One of the biggest challenges in working with AI and data isn’t necessarily the technology itself, it’s understanding how to interact with it meaningfully. The workshop emphasized that AI tools aren’t just for data scientists; with the right approach, anyone can harness data for insights and decision-making. The key is breaking down complex processes into approachable steps, which is exactly what we did during the session.

Hands-On Learning: Cleaning, Calculating, and Analyzing

Instead of passively listening to a lecture, we jumped straight into practical application. Working in table groups, we:

  • Downloaded an Excel dataset
  • Cleaned up inconsistencies and structured the data
  • Applied formulas to extract key insights
  • Performed a brief analysis to identify patterns

Through this process, it became clear that data isn’t valuable until it’s properly prepared. Even the most advanced AI models rely on clean, structured data to produce meaningful results.

Beyond the technical exercises, we also discussed an essential cautionary lesson: data without context can be misleading. It’s easy to spot correlations, but without a deeper understanding of what drives the numbers (both internal and external factors), those correlations can lead to faulty assumptions.

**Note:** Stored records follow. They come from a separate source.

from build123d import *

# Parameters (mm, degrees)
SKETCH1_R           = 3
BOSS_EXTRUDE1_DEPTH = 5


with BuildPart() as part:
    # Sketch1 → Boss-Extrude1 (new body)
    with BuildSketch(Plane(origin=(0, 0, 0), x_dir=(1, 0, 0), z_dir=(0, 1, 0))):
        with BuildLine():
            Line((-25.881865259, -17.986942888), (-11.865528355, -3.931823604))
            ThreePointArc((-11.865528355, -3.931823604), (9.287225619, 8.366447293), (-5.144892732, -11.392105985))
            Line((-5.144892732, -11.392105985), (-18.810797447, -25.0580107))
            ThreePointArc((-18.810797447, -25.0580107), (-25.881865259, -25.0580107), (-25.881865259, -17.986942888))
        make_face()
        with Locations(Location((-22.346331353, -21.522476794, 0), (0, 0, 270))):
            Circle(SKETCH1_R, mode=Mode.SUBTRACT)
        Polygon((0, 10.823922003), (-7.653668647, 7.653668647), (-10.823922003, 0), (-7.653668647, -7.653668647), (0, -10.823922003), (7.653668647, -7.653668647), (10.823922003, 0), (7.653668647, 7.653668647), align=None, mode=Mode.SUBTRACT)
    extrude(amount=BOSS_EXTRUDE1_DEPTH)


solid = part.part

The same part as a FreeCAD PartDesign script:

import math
import FreeCAD as App
import Part
import Sketcher

V = App.Vector
Q = App.Units.Quantity


def add_polygon(sketch, points):
    """Adds a closed chain of lines whose ends are joined by coincident constraints."""
    first, n = sketch.GeometryCount, len(points)
    for a, b in zip(points, points[1:] + points[:1]):
        sketch.addGeometry(Part.LineSegment(App.Vector(*a, 0), App.Vector(*b, 0)), False)
    for i in range(n):
        sketch.addConstraint(Sketcher.Constraint("Coincident", first + i, 2, first + (i + 1) % n, 1))

doc = App.newDocument("Part")
body = doc.addObject("PartDesign::Body", "Body")

sketch1 = body.newObject("Sketcher::SketchObject", "Sketch")
sketch1.AttachmentSupport = (doc.getObject("XZ_Plane"), [""])
sketch1.MapMode = "FlatFace"
sketch1.addGeometry(Part.LineSegment(V(-11.9, 3.9, 0), V(-25.9, 18, 0)), False)
sketch1.addGeometry(Part.ArcOfCircle(Part.Circle(V(-22.3, 21.5, 0), V(0, 0, 1), 5), math.radians(45), math.radians(225)), False)
sketch1.addGeometry(Part.LineSegment(V(-18.8, 25.1, 0), V(-5.1, 11.4, 0)), False)
sketch1.addGeometry(Part.ArcOfCircle(Part.Circle(V(0, 0, 0), V(0, 0, 1), 12.5), math.radians(162), math.radians(474)), False)
sketch1.addGeometry(Part.Circle(V(-22.3, 21.5, 0), V(0, 0, 1), 3), False)
add_polygon(sketch1, [(0, -10.8), (7.7, -7.7), (10.8, 0), (7.7, 7.7), (0, 10.8), (-7.7, 7.7), (-10.8, 0), (-7.7, -7.7)])
sketch1.addConstraint([
    Sketcher.Constraint("Coincident", 0, 2, 1, 2),
    Sketcher.Constraint("Tangent", 1, 1, 2, 1),
    Sketcher.Constraint("Coincident", 2, 2, 3, 2),
    Sketcher.Constraint("Coincident", 3, 1, 0, 1),
    Sketcher.Constraint("Coincident", 3, 3, -1, 1),
    Sketcher.Constraint("Coincident", 4, 3, 1, 3),
    Sketcher.Constraint("Symmetric", 5, 2, 9, 2, -1, 1),
    Sketcher.Constraint("Symmetric", 6, 2, 10, 2, -1, 1),
    Sketcher.Constraint("Symmetric", 7, 2, 11, 2, -1, 1),
    Sketcher.Constraint("Symmetric", 8, 2, 12, 2, -1, 1),
    Sketcher.Constraint("Symmetric", 7, 2, 9, 2, -2),
    Sketcher.Constraint("PointOnObject", 6, 2, -1),
    Sketcher.Constraint("PointOnObject", 8, 2, -2),
    Sketcher.Constraint("Perpendicular", 5, 7),
    Sketcher.Constraint("Equal", 5, 6),
    Sketcher.Constraint("Diameter", 4, 6.0),
    Sketcher.Constraint("Radius", 1, 5.0),
    Sketcher.Constraint("Radius", 3, 12.5),
    Sketcher.Constraint("Angle", 2, Q("-45 deg")),
    Sketcher.Constraint("Angle", 5, Q("22.5 deg")),
    Sketcher.Constraint("DistanceX", 1, 3, 5, 2, 30.0),
    Sketcher.Constraint("DistanceY", 3, 1, 8, 2, 6.892098),
    Sketcher.Constraint("Distance", 5, 8.284271),
    Sketcher.Constraint("DistanceY", -1, 1, 1, 1, 25.058011),
    Sketcher.Constraint("DistanceY", 3, 1, 0, 2, 14.055119),
])
pad1 = body.newObject("PartDesign::Pad", "Pad")
pad1.Profile = sketch1
pad1.Length = 5
pad1.Reversed = True

doc.recompute()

For example, imagine a utility company sees a spike in energy consumption. Without proper context, one might assume it’s due to inefficient appliances; but external factors like weather patterns, regional regulations, or behavioral trends could be playing a role. AI and analytics are only as effective as the people interpreting them.

Key Takeaways

1. AI and data should be accessible to everyone, not just experts

2. The foundation of good AI is clean, structured data

3. Understanding context is critical, correlation is not causation

This workshop reinforced that AI isn’t about replacing human insight...it’s about enhancing it. By making data approachable and encouraging critical thinking, we can leverage AI as a powerful tool rather than an intimidating black box. But remember: your AI output will only be as good as the information or data that you input - garbage in, garbage out.